OpenAI and Broadcom Unveil Jalapeno AI Chip for LLM Inference
OpenAI and Broadcom have introduced Jalapeno, OpenAI's first custom Intelligence Processor designed specifically for large language model (LLM) inference. The chip completed a nine-month design-to-tape-out cycle and was delivered to OpenAI's leadership. Deployment at gigawatt scale with data center partners across multiple generations is expected to begin by the end of 2026.
According to a press release by Broadcom, early lab tests demonstrate Jalapeno running machine learning workloads at production target frequency and power, with performance per watt substantially better than current state-of-the-art accelerators.

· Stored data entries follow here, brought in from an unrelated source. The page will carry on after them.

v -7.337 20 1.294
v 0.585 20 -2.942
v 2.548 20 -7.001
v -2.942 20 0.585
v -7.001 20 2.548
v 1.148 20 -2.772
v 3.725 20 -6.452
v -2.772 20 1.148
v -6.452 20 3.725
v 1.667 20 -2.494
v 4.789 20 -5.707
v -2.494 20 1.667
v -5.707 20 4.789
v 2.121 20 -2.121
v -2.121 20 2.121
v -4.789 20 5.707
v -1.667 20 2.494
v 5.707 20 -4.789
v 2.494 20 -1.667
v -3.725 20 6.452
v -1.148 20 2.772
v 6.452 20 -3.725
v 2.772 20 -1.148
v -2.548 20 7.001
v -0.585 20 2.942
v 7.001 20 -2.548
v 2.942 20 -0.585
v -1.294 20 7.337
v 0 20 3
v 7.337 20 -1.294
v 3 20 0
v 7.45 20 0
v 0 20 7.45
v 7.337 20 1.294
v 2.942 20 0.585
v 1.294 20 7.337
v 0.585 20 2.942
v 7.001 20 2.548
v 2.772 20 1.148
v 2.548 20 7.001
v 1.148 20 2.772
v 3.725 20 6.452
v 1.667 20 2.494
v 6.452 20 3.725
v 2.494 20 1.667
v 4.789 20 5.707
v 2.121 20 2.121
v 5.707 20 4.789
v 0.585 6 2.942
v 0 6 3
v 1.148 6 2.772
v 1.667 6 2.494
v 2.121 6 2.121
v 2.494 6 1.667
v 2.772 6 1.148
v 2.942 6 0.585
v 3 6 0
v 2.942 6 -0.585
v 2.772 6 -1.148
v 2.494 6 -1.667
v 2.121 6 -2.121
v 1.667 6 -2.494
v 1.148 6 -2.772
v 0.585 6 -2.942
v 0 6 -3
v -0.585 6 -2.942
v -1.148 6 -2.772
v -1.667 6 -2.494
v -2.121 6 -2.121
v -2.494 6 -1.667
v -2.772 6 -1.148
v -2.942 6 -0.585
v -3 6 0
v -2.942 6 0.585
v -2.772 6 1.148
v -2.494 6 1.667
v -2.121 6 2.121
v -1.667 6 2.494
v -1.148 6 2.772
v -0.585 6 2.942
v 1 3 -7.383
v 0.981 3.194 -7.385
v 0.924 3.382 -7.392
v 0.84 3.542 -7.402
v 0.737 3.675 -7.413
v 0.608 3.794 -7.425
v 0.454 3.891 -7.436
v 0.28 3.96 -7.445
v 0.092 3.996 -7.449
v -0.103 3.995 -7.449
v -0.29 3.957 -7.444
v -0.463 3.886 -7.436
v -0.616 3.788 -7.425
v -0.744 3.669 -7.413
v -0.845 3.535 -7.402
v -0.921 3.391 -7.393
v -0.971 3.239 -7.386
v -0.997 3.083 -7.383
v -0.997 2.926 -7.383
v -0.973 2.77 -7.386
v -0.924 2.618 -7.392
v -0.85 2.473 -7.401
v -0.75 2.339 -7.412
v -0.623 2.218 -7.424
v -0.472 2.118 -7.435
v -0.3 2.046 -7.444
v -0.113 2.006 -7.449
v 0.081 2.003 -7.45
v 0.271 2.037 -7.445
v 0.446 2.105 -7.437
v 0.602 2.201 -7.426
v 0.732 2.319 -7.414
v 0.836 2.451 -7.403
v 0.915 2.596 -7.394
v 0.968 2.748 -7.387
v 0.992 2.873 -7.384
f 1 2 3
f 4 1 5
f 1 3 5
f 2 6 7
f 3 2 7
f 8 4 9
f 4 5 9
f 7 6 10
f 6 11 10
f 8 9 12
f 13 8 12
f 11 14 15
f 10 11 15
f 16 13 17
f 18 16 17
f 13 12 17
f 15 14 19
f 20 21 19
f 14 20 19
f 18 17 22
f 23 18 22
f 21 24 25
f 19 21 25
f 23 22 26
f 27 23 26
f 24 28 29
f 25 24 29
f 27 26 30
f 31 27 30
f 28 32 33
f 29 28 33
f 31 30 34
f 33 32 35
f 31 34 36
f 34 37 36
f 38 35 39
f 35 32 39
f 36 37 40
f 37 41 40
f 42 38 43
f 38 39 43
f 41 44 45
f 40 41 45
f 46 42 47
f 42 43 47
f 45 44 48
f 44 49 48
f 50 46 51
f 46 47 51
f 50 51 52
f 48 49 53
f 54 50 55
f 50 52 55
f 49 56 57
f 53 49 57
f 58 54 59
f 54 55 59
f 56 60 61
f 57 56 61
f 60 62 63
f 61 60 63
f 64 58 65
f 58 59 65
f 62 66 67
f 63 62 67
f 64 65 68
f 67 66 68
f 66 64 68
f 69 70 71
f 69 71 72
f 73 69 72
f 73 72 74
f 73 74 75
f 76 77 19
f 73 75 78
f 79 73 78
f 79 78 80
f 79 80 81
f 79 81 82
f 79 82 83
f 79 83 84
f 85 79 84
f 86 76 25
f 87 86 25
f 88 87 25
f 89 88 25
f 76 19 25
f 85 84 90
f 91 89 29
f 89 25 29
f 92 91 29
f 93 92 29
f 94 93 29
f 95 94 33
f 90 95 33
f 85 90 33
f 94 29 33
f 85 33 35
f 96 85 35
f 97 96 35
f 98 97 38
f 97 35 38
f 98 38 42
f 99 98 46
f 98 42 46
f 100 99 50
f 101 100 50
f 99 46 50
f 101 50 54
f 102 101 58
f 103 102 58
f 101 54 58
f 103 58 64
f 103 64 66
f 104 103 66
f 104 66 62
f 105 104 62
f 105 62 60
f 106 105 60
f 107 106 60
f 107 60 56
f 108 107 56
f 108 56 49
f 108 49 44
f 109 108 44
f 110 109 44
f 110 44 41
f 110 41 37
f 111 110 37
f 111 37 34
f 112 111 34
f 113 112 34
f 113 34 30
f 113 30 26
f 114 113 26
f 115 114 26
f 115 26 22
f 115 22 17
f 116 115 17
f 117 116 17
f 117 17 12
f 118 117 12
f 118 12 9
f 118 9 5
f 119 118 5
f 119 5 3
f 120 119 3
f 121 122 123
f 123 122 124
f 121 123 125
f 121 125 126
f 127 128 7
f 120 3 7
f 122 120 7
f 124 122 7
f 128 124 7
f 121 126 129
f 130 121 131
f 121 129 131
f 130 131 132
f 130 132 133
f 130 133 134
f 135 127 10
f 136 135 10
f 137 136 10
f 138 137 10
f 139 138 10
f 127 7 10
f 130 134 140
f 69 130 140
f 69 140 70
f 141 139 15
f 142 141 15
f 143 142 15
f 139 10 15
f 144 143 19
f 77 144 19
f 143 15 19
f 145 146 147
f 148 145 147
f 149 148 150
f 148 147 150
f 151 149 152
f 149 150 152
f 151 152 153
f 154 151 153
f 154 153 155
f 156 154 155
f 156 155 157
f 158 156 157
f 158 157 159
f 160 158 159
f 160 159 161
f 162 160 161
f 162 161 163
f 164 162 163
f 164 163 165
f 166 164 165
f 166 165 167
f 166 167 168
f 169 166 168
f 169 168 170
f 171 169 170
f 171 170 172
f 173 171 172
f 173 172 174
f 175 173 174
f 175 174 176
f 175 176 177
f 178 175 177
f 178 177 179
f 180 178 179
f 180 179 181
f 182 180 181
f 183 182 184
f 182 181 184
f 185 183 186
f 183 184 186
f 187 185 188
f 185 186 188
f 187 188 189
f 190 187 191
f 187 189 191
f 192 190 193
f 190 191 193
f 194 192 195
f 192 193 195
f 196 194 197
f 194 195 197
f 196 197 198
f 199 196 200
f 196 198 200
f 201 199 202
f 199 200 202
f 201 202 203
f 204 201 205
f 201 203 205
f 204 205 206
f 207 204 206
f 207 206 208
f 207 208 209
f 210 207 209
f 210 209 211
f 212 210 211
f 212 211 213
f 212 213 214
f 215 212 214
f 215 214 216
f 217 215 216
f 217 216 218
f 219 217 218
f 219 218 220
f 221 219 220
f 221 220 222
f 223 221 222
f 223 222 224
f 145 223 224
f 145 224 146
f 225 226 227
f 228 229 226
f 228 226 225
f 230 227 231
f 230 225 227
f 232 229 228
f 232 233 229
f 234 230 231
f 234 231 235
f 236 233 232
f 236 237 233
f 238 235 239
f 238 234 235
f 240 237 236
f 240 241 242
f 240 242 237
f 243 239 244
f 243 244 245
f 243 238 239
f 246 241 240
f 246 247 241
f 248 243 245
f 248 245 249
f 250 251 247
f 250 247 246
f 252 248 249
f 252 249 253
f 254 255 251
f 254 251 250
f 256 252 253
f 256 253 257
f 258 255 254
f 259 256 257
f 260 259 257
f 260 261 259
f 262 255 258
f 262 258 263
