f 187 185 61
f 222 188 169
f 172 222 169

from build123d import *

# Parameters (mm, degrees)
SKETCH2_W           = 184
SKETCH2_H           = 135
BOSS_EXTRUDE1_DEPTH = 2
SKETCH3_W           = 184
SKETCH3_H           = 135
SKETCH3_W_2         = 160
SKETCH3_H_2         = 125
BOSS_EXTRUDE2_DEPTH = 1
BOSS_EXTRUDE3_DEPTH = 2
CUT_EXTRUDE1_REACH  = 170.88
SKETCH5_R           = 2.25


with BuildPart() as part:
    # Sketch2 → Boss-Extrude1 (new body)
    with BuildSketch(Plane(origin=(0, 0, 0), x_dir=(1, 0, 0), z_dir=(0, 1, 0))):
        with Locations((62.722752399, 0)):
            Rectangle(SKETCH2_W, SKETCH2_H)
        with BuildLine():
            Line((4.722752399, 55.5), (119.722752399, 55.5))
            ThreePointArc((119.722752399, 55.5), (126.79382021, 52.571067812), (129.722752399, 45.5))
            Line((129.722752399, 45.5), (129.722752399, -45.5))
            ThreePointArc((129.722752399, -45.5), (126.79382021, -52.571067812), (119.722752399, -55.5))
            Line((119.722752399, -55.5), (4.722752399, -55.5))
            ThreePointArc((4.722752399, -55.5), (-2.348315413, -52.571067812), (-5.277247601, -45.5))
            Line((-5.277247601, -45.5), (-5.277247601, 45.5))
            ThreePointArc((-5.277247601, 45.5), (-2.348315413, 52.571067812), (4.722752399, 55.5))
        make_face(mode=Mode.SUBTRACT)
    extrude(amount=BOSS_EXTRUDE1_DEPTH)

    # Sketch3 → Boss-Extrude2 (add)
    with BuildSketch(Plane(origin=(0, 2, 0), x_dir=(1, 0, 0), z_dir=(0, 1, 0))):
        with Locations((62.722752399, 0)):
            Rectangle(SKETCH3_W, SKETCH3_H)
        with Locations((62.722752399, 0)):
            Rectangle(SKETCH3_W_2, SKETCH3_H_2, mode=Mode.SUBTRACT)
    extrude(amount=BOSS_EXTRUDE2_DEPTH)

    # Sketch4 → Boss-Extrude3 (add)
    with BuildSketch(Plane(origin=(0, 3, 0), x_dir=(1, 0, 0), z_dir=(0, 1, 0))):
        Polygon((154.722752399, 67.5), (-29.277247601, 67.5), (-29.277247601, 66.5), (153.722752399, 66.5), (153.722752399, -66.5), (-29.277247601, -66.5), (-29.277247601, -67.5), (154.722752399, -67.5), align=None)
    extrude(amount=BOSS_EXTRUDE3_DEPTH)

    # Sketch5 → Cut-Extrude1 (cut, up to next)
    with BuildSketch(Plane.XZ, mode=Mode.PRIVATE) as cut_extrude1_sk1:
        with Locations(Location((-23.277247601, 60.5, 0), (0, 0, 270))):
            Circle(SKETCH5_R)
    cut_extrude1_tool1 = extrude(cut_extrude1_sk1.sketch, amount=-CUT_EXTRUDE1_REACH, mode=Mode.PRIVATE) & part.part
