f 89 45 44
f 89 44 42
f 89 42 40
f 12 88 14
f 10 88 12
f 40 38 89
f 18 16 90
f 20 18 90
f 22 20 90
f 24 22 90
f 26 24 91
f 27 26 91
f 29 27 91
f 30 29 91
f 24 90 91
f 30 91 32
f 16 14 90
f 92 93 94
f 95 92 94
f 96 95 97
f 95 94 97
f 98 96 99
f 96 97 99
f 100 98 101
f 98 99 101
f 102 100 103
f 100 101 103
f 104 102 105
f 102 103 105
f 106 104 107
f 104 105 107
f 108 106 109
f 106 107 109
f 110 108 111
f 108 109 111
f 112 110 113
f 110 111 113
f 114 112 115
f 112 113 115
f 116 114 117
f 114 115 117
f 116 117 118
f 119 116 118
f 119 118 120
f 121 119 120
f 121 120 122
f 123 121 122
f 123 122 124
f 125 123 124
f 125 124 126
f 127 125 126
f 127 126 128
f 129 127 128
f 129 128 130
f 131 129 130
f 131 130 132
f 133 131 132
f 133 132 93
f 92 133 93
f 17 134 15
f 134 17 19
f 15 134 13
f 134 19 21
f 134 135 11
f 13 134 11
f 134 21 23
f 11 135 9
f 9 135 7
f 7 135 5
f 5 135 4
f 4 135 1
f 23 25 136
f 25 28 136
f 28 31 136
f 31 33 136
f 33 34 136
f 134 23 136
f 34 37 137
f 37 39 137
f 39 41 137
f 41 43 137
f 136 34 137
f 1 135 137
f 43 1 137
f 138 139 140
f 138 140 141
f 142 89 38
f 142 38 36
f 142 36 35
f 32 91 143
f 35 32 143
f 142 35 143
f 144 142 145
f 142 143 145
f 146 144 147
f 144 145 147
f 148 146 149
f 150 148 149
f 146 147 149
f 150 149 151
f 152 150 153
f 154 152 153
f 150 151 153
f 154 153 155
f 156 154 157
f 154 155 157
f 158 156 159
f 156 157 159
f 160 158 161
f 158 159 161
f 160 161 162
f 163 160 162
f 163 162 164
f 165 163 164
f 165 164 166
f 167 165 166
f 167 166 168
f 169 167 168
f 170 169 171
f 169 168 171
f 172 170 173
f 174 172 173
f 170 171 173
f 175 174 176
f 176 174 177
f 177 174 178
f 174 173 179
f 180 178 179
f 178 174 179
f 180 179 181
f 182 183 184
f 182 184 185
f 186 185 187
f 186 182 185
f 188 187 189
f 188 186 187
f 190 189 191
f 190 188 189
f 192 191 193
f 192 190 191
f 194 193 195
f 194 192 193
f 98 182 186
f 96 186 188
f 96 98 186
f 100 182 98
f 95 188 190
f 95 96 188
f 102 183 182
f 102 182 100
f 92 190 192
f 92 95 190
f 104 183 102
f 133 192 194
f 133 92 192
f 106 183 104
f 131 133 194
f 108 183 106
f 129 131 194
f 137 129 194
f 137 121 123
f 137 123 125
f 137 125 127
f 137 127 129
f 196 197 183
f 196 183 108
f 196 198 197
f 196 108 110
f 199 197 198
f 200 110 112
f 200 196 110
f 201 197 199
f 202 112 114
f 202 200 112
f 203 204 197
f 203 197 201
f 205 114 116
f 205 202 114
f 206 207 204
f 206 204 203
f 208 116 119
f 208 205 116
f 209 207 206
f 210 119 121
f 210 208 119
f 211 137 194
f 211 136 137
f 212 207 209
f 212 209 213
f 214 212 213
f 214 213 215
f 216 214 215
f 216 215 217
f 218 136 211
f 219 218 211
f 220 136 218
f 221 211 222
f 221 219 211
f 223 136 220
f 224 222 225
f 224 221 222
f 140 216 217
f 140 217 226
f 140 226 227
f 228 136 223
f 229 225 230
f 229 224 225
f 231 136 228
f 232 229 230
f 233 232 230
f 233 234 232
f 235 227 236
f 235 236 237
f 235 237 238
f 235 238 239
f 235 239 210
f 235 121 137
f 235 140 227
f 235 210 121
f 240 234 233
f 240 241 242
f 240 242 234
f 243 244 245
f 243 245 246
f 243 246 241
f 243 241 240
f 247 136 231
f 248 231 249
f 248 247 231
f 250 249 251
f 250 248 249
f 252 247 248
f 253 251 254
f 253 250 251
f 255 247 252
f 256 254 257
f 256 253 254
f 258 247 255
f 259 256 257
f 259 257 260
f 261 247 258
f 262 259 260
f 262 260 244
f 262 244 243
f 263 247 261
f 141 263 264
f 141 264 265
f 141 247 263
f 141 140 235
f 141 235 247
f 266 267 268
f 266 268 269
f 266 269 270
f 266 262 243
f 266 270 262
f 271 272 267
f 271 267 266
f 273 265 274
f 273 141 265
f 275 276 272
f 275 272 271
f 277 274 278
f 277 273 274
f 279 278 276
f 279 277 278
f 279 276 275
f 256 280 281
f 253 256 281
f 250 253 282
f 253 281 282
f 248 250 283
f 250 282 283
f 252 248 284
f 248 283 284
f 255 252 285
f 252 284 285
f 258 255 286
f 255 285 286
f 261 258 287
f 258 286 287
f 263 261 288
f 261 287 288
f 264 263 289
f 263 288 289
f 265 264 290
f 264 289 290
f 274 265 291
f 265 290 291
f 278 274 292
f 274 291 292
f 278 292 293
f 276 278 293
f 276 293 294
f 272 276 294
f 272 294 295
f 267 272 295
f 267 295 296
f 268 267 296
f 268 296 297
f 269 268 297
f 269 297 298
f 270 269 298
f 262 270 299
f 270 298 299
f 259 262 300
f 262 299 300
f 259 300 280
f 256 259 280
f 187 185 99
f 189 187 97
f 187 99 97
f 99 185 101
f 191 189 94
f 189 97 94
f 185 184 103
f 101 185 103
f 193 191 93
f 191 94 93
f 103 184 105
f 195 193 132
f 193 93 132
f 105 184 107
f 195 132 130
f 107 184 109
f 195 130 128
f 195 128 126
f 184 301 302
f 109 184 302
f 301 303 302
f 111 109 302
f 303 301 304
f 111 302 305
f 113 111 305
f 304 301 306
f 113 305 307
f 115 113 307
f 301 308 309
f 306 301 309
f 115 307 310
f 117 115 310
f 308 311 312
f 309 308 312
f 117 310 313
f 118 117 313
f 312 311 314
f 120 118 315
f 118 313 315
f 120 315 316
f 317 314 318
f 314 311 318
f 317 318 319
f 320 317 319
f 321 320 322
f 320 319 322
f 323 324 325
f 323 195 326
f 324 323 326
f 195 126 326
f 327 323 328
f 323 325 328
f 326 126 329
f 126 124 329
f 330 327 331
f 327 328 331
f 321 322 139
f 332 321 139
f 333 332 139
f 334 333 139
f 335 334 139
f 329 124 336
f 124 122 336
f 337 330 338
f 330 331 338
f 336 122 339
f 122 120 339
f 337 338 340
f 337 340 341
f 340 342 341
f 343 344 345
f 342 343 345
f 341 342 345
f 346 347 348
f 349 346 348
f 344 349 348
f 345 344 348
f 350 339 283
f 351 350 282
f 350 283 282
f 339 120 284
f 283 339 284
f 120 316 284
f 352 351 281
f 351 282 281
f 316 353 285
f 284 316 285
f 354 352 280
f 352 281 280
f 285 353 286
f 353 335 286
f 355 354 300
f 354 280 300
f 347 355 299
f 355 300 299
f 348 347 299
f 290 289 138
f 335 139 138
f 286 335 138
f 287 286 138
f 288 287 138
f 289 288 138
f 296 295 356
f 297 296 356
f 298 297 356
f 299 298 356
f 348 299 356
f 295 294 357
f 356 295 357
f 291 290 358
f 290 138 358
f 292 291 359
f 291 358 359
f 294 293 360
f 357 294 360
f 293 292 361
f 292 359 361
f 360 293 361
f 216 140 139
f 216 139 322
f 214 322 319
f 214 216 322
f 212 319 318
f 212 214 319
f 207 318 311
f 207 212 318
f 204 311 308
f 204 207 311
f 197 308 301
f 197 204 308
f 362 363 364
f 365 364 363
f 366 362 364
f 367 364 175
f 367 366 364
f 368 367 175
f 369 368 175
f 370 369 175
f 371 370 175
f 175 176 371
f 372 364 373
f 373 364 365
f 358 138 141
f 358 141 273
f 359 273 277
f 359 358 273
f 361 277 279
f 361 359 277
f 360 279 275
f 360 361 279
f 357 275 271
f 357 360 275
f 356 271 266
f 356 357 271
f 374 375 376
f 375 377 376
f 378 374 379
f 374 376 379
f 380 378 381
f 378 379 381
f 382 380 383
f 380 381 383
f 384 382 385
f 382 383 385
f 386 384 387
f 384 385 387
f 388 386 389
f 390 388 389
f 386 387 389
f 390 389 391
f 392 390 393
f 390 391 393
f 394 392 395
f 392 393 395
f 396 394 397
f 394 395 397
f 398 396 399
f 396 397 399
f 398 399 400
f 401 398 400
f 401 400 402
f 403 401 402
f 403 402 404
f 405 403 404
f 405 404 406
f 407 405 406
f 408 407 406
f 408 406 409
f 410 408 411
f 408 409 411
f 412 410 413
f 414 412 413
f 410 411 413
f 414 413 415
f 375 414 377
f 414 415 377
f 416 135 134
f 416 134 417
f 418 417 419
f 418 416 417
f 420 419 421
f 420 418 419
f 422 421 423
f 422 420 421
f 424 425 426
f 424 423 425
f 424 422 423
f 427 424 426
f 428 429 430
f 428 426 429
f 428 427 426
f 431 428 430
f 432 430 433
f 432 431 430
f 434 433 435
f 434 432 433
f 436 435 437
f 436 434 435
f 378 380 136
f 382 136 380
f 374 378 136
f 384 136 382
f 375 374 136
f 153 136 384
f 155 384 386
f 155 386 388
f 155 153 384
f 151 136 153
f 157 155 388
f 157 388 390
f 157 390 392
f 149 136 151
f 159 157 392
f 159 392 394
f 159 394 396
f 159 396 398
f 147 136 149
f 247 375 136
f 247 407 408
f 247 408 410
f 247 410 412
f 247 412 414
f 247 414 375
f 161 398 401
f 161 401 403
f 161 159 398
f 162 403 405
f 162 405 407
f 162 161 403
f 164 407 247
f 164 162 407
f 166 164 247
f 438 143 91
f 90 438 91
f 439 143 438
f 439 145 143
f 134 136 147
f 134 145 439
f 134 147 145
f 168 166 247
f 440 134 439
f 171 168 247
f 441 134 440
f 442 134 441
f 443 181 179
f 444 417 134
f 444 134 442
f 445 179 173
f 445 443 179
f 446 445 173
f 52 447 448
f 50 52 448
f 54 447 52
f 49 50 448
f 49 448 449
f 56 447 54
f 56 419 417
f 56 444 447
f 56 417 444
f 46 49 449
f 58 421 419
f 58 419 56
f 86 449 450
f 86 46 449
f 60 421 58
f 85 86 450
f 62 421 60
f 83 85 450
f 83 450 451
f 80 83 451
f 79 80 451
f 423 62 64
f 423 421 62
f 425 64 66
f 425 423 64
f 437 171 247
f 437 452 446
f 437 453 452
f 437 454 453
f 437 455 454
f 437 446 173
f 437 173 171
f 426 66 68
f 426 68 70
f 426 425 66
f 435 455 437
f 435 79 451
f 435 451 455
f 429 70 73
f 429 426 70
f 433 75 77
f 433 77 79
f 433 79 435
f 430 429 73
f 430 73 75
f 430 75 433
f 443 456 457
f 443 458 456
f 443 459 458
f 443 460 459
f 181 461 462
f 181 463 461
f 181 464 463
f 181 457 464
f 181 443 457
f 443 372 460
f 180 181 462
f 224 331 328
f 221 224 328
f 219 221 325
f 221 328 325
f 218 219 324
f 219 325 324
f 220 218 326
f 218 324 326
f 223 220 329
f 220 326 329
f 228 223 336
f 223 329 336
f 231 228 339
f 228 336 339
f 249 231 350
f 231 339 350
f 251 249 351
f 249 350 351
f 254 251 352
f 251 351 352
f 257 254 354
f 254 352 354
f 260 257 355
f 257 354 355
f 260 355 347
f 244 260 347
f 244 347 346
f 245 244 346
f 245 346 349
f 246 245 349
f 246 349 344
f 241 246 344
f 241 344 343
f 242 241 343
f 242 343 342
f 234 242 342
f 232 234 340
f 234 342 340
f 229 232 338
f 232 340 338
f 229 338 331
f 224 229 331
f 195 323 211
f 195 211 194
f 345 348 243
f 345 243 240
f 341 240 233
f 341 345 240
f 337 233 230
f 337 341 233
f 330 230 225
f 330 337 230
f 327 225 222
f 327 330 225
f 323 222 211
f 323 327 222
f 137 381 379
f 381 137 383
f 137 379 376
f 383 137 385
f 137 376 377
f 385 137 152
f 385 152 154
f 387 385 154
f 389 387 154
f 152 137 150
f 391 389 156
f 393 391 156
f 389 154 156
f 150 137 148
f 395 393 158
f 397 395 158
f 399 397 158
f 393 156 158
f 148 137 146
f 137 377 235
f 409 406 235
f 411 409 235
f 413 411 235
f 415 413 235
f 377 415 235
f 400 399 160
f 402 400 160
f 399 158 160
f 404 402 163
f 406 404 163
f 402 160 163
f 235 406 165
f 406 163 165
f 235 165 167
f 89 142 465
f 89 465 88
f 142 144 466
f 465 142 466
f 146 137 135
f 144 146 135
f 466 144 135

Multi-Generation Compute Platform
Broadcom stated that Jalapeno marks the start of a multi-generation compute platform built with OpenAI. Hock Tan, President and CEO of Broadcom, said, "Our collaboration with OpenAI represents a fundamental commitment to scaling the physical infrastructure required for the next decade of AI." Broadcom added, "This is just the beginning of a multi-generation roadmap. By co-developing our industry-leading silicon directly with OpenAI, we are enabling the deployment of gigawatt-scale data centres with Microsoft and other partners beginning in 2026."
Nine-Month Co-Development Cycle
The chip was co-developed from initial design to manufacturing tape-out in just nine months. Broadcom contributed silicon implementation expertise, board and rack integration, high-performance networking, and scalable production systems. The accelerator is described as a "blank-slate design for modern LLM inference, not a general-purpose accelerator adapted from earlier AI workloads," according to Broadcom.
Architecture and Performance
The architecture reduces data movement and balances compute, memory, and networking resources to achieve utilization much closer to theoretical peak performance. Broadcom's silicon implementation and networking technologies, including Tomahawk networking silicon, help bring the platform to large-scale production. Engineering samples are already running ML workloads in the lab at production target frequency and power, including GPT-5.3-Codex-Spark.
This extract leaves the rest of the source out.